Any ideas about the following problem?..
launch cuda kernel - so far, so good
cudaThreadSynchronize - no error returned
cudaMemcpy - hangs and never returns
I originally thought perhaps my kernel was hanging, so I put in the cudaThreadSynchronize call. Presumably the kernel execution must be complete at this point.
Here is the bottom of a stack trace. It looks like cudaMemcpy is waiting for something (perhaps using gettimeofday for some kind of polling).
#0 0xffffffffff600064 in ?? ()
#1 0x0000000040a14580 in ?? ()
#2 0x000000325648bf9d in gettimeofday () from /lib64/libc.so.6
#3 0x00002aaaab4c1be2 in ?? () from /usr/lib64/libcuda.so
#4 0x00002aaaaaf1a9a2 in ?? () from /usr/lib64/libcuda.so
#5 0x00002aaaaaf1cd77 in ?? () from /usr/lib64/libcuda.so
#6 0x00002aaaaaf108a9 in ?? () from /usr/lib64/libcuda.so
#7 0x00002aaaaaf0747c in ?? () from /usr/lib64/libcuda.so
#8 0x00002aaaaaef211b in ?? () from /usr/lib64/libcuda.so
#9 0x00002aaaaaf99d14 in ?? () from /usr/lib64/libcuda.so
#10 0x00002b0a3069838e in ?? () from /usr/local/cuda/lib64/libcudart.so.3
#11 0x00002b0a30689fcf in cudaMemcpy ()
#12 0x000000000046a990 in _warppyramidCUDA_updateThresholds (
warppCUDA=0x5558740, l=2) at warpCUDA.cu:4379[/codebox]
I don’t have a small reproducer. This code is called many thousands of times as part of a large system, and does not typically fail until running for many minutes.
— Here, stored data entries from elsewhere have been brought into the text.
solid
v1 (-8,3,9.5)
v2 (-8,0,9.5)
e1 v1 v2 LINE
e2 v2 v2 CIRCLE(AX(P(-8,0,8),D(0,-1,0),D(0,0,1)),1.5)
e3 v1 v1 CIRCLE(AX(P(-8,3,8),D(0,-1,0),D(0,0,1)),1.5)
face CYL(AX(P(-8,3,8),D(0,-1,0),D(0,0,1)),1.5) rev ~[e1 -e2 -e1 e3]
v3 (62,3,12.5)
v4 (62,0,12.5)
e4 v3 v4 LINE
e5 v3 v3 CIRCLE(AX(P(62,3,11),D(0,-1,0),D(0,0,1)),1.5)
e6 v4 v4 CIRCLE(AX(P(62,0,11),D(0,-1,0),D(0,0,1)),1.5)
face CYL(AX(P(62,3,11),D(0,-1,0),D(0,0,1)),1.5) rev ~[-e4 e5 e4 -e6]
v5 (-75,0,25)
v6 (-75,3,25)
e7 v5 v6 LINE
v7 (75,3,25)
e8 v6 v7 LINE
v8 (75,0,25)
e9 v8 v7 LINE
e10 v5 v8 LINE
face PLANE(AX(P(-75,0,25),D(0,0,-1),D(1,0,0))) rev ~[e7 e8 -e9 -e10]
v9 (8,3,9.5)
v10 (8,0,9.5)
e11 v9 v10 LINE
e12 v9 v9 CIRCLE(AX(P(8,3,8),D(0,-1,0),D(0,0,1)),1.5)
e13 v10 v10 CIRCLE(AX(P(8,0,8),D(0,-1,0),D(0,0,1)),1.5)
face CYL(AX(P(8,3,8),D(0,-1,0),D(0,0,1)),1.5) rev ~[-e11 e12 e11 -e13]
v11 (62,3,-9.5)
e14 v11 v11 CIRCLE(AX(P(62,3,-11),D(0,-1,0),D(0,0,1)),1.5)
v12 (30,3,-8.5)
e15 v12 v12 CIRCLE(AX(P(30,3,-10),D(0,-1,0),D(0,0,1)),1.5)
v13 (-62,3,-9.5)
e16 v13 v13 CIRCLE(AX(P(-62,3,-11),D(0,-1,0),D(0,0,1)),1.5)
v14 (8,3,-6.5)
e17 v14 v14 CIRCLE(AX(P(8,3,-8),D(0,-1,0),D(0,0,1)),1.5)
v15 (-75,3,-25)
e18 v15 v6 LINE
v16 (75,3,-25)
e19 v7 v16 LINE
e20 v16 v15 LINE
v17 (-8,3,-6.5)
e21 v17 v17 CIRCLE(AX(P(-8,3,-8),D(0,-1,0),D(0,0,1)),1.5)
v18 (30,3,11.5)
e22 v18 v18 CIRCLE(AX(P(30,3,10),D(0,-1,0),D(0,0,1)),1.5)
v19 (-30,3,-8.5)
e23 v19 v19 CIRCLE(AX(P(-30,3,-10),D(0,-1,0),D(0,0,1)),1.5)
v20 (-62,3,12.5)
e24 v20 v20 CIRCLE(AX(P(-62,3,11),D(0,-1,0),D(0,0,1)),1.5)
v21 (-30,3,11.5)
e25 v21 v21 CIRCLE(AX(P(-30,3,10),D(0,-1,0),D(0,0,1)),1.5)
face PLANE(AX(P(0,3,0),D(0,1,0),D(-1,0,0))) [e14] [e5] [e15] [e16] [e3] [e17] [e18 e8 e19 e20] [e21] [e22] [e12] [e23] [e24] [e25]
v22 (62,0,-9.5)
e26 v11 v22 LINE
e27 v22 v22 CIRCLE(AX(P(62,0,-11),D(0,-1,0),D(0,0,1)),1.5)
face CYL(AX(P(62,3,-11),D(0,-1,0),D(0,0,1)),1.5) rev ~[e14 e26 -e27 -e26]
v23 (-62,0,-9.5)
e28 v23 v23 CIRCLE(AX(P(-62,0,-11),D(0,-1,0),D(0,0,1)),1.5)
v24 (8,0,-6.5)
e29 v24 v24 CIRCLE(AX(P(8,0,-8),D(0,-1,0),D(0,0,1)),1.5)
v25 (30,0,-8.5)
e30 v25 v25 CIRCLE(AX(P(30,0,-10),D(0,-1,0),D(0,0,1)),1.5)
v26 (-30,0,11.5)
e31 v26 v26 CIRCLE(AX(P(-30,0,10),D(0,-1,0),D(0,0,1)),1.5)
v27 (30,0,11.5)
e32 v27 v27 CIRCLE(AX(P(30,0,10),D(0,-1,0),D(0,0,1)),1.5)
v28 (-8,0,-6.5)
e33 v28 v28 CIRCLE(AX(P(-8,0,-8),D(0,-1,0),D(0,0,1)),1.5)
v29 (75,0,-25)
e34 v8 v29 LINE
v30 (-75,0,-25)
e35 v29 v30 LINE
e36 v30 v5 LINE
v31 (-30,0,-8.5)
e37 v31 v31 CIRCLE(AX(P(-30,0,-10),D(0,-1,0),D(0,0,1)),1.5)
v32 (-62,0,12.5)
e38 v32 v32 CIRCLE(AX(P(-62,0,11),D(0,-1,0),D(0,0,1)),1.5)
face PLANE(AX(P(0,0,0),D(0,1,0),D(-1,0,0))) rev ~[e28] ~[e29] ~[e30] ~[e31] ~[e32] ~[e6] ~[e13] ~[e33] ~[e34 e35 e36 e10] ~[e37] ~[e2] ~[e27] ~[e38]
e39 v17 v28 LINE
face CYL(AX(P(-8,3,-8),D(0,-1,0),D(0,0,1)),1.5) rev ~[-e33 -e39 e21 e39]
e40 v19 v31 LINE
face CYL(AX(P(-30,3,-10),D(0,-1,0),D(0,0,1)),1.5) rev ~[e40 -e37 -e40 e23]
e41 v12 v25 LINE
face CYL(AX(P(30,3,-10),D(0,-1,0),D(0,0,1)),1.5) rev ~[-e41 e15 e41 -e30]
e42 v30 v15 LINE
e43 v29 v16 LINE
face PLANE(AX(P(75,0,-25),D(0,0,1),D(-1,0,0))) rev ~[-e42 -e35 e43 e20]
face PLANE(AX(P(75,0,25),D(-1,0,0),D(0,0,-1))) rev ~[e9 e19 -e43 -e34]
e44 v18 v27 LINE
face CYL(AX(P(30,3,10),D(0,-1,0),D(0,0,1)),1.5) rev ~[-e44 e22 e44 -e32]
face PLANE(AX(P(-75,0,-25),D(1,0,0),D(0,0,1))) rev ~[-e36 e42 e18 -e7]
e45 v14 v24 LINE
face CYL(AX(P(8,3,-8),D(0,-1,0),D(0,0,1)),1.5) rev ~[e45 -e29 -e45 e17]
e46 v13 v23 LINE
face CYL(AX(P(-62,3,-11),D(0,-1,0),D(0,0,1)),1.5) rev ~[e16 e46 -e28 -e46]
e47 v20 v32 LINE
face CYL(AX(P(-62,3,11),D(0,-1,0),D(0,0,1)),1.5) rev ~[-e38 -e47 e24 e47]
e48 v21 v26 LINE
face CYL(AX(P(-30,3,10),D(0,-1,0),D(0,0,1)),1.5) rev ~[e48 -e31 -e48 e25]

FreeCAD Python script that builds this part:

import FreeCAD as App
import Part
import Sketcher


def add_polygon(sketch, points):
    """Adds a closed chain of lines whose ends are joined by coincident constraints."""
    first, n = sketch.GeometryCount, len(points)
    for a, b in zip(points, points[1:] + points[:1]):
        sketch.addGeometry(Part.LineSegment(App.Vector(*a, 0), App.Vector(*b, 0)), False)
    for i in range(n):
        sketch.addConstraint(Sketcher.Constraint("Coincident", first + i, 2, first + (i + 1) % n, 1))

doc = App.newDocument("Part")
body = doc.addObject("PartDesign::Body", "Body")

# Sketch on XZ plane
sketch1 = doc.addObject("Sketcher::SketchObject", "Sketch")
body.addObject(sketch1)
sketch1.AttachmentSupport = (doc.XZ_Plane, [""])
sketch1.MapMode = "FlatFace"
add_polygon(sketch1, [(-75, -25), (-75, 25), (75, 25), (75, -25)])  # lines 0-3
sketch1.addConstraint([
    Sketcher.Constraint("Vertical", 0),
    Sketcher.Constraint("Horizontal", 1),
    Sketcher.Constraint("Vertical", 2),
    Sketcher.Constraint("Horizontal", 3),
    Sketcher.Constraint("Symmetric", 0, 2, 2, 2, -1, 1),
    Sketcher.Constraint("DistanceX", 1, 1, 1, 2, 150.0),
    Sketcher.Constraint("DistanceY", 0, 1, 0, 2, 50.0),
])
pad1 = doc.addObject("PartDesign::Pad", "Pad")
body.addObject(pad1)
pad1.Profile = sketch1
pad1.Length = 3
pad1.Reversed = True

# Sketch on XZ plane
sketch2 = doc.addObject("Sketcher::SketchObject", "Sketch001")
body.addObject(sketch2)
sketch2.AttachmentSupport = (doc.XZ_Plane, [""])
sketch2.MapMode = "FlatFace"
sketch2.AttachmentOffset = App.Placement(App.Vector(0, 0, -3), App.Rotation())
sketch2.addGeometry([
    Part.Circle(App.Vector(-30, -10, 0), App.Vector(0, 0, 1), 1.5),
    Part.Circle(App.Vector(30, -10, 0), App.Vector(0, 0, 1), 1.5),
    Part.Circle(App.Vector(-30, 10, 0), App.Vector(0, 0, 1), 1.5),
    Part.Circle(App.Vector(30, 10, 0), App.Vector(0, 0, 1), 1.5),
], False)
sketch2.addConstraint([
    Sketcher.Constraint("Equal", 0, 1),
    Sketcher.Constraint("Equal", 1, 2),
    Sketcher.Constraint("Equal", 2, 3),
    Sketcher.Constraint("Symmetric", 1, 3, 2, 3, -1, 1),
    Sketcher.Constraint("Symmetric", 0, 3, 3, 3, -1, 1),
    Sketcher.Constraint("Symmetric", 0, 3, 1, 3, -2),
    Sketcher.Constraint("Diameter", 0, 3.0),
    Sketcher.Constraint("DistanceX", 0, 3, -1, 1, 30.0),
    Sketcher.Constraint("DistanceY", 0, 3, -1, 1, 10.0),
])
doc.recompute()
hole = doc.addObject("PartDesign::Hole", "Hole")
body.addObject(hole)
hole.Profile = sketch2
hole.ThreadType = "None"
hole.Diameter = 3
hole.DepthType = "Dimension"
hole.Depth = 8
hole.DrillPoint = "Angled"
hole.DrillPointAngle = 118
hole.Reversed = True

# Sketch on XZ plane
sketch3 = doc.addObject("Sketcher::SketchObject", "Sketch002")
body.addObject(sketch3)
sketch3.AttachmentSupport = (doc.XZ_Plane, [""])
sketch3.MapMode = "FlatFace"
sketch3.AttachmentOffset = App.Placement(App.Vector(0, 0, -3), App.Rotation())
sketch3.addGeometry([
    Part.Circle(App.Vector(62, -11, 0), App.Vector(0, 0, 1), 1.5),
    Part.Circle(App.Vector(62, 11, 0), App.Vector(0, 0, 1), 1.5),
    Part.Circle(App.Vector(-62, -11, 0), App.Vector(0, 0, 1), 1.5),
    Part.Circle(App.Vector(-62, 11, 0), App.Vector(0, 0, 1), 1.5),
], False)
sketch3.addConstraint([
    Sketcher.Constraint("Equal", 0, 1),
    Sketcher.Constraint("Equal", 1, 2),
    Sketcher.Constraint("Equal", 2, 3),
    Sketcher.Constraint("Symmetric", 1, 3, 2, 3, -1, 1),
    Sketcher.Constraint("Symmetric", 0, 3, 3, 3, -1, 1),
    Sketcher.Constraint("Symmetric", 0, 3, 2, 3, -2),
    Sketcher.Constraint("Diameter", 0, 3.0),
    Sketcher.Constraint("DistanceX", -1, 1, 0, 3, 62.0),
    Sketcher.Constraint("DistanceY", 0, 3, -1, 1, 11.0),
])
doc.recompute()
hole2 = doc.addObject("PartDesign::Hole", "Hole001")
body.addObject(hole2)
hole2.Profile = sketch3
hole2.ThreadType = "None"
hole2.Diameter = 3
hole2.DepthType = "Dimension"
hole2.Depth = 8
hole2.DrillPoint = "Angled"
hole2.DrillPointAngle = 118
hole2.Reversed = True

# Sketch on XZ plane
sketch4 = doc.addObject("Sketcher::SketchObject", "Sketch003")
body.addObject(sketch4)
sketch4.AttachmentSupport = (doc.XZ_Plane, [""])
sketch4.MapMode = "FlatFace"
sketch4.AttachmentOffset = App.Placement(App.Vector(0, 0, -3), App.Rotation())
sketch4.addGeometry([
    Part.Circle(App.Vector(-8, -8, 0), App.Vector(0, 0, 1), 1.5),
    Part.Circle(App.Vector(8, -8, 0), App.Vector(0, 0, 1), 1.5),
    Part.Circle(App.Vector(8, 8, 0), App.Vector(0, 0, 1), 1.5),
    Part.Circle(App.Vector(-8, 8, 0), App.Vector(0, 0, 1), 1.5),
], False)
sketch4.addConstraint([
    Sketcher.Constraint("Equal", 0, 1),
    Sketcher.Constraint("Equal", 1, 2),
    Sketcher.Constraint("Equal", 2, 3),
    Sketcher.Constraint("Symmetric", 0, 3, 2, 3, -1, 1),
    Sketcher.Constraint("Symmetric", 1, 3, 3, 3, -1, 1),
    Sketcher.Constraint("Symmetric", 0, 3, 1, 3, -2),
    Sketcher.Constraint("Diameter", 0, 3.0),
    Sketcher.Constraint("DistanceX", 0, 3, -1, 1, 8.0),
    Sketcher.Constraint("DistanceY", 0, 3, -1, 1, 8.0),
])
doc.recompute()
hole3 = doc.addObject("PartDesign::Hole", "Hole002")
body.addObject(hole3)
hole3.Profile = sketch4
hole3.ThreadType = "None"
hole3.Diameter = 3
hole3.DepthType = "Dimension"
hole3.Depth = 8
hole3.DrillPoint = "Angled"
hole3.DrillPointAngle = 118
hole3.Reversed = True

doc.recompute()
So, any ideas? Can a GPU memory overwrite possibly cause this, or is it not possible because of where I am hanging?
A few more details that could either confuse or enlighten things further. I am running on a GPU cluster with 7 GPUs per node and multiple nodes communicating via openmpi, running CentOS. The GPUs are C1060. The cuda driver and runtime are version 3.1. There is some multithreading, but each GPU actually has its own process, and only one thread in each process is talking to a GPU. We have investigated lots of possible problem sources, such as Infiniband pinned memory, but the problem occurs even when we totally disable infiniband.
While investigating this problem, I did find a couple of kernels (not this one) that had out-of-bounds read access (which I have already fixed). Just out of curiosity, can this cause kernels to hang if there are no associated out-of-bounds writes or infinite loops (i.e. is just the OOB read itself dangerous)? I have tried cuda-memcheck on most of my kernels in stand-alone versions, but not directly within the big system.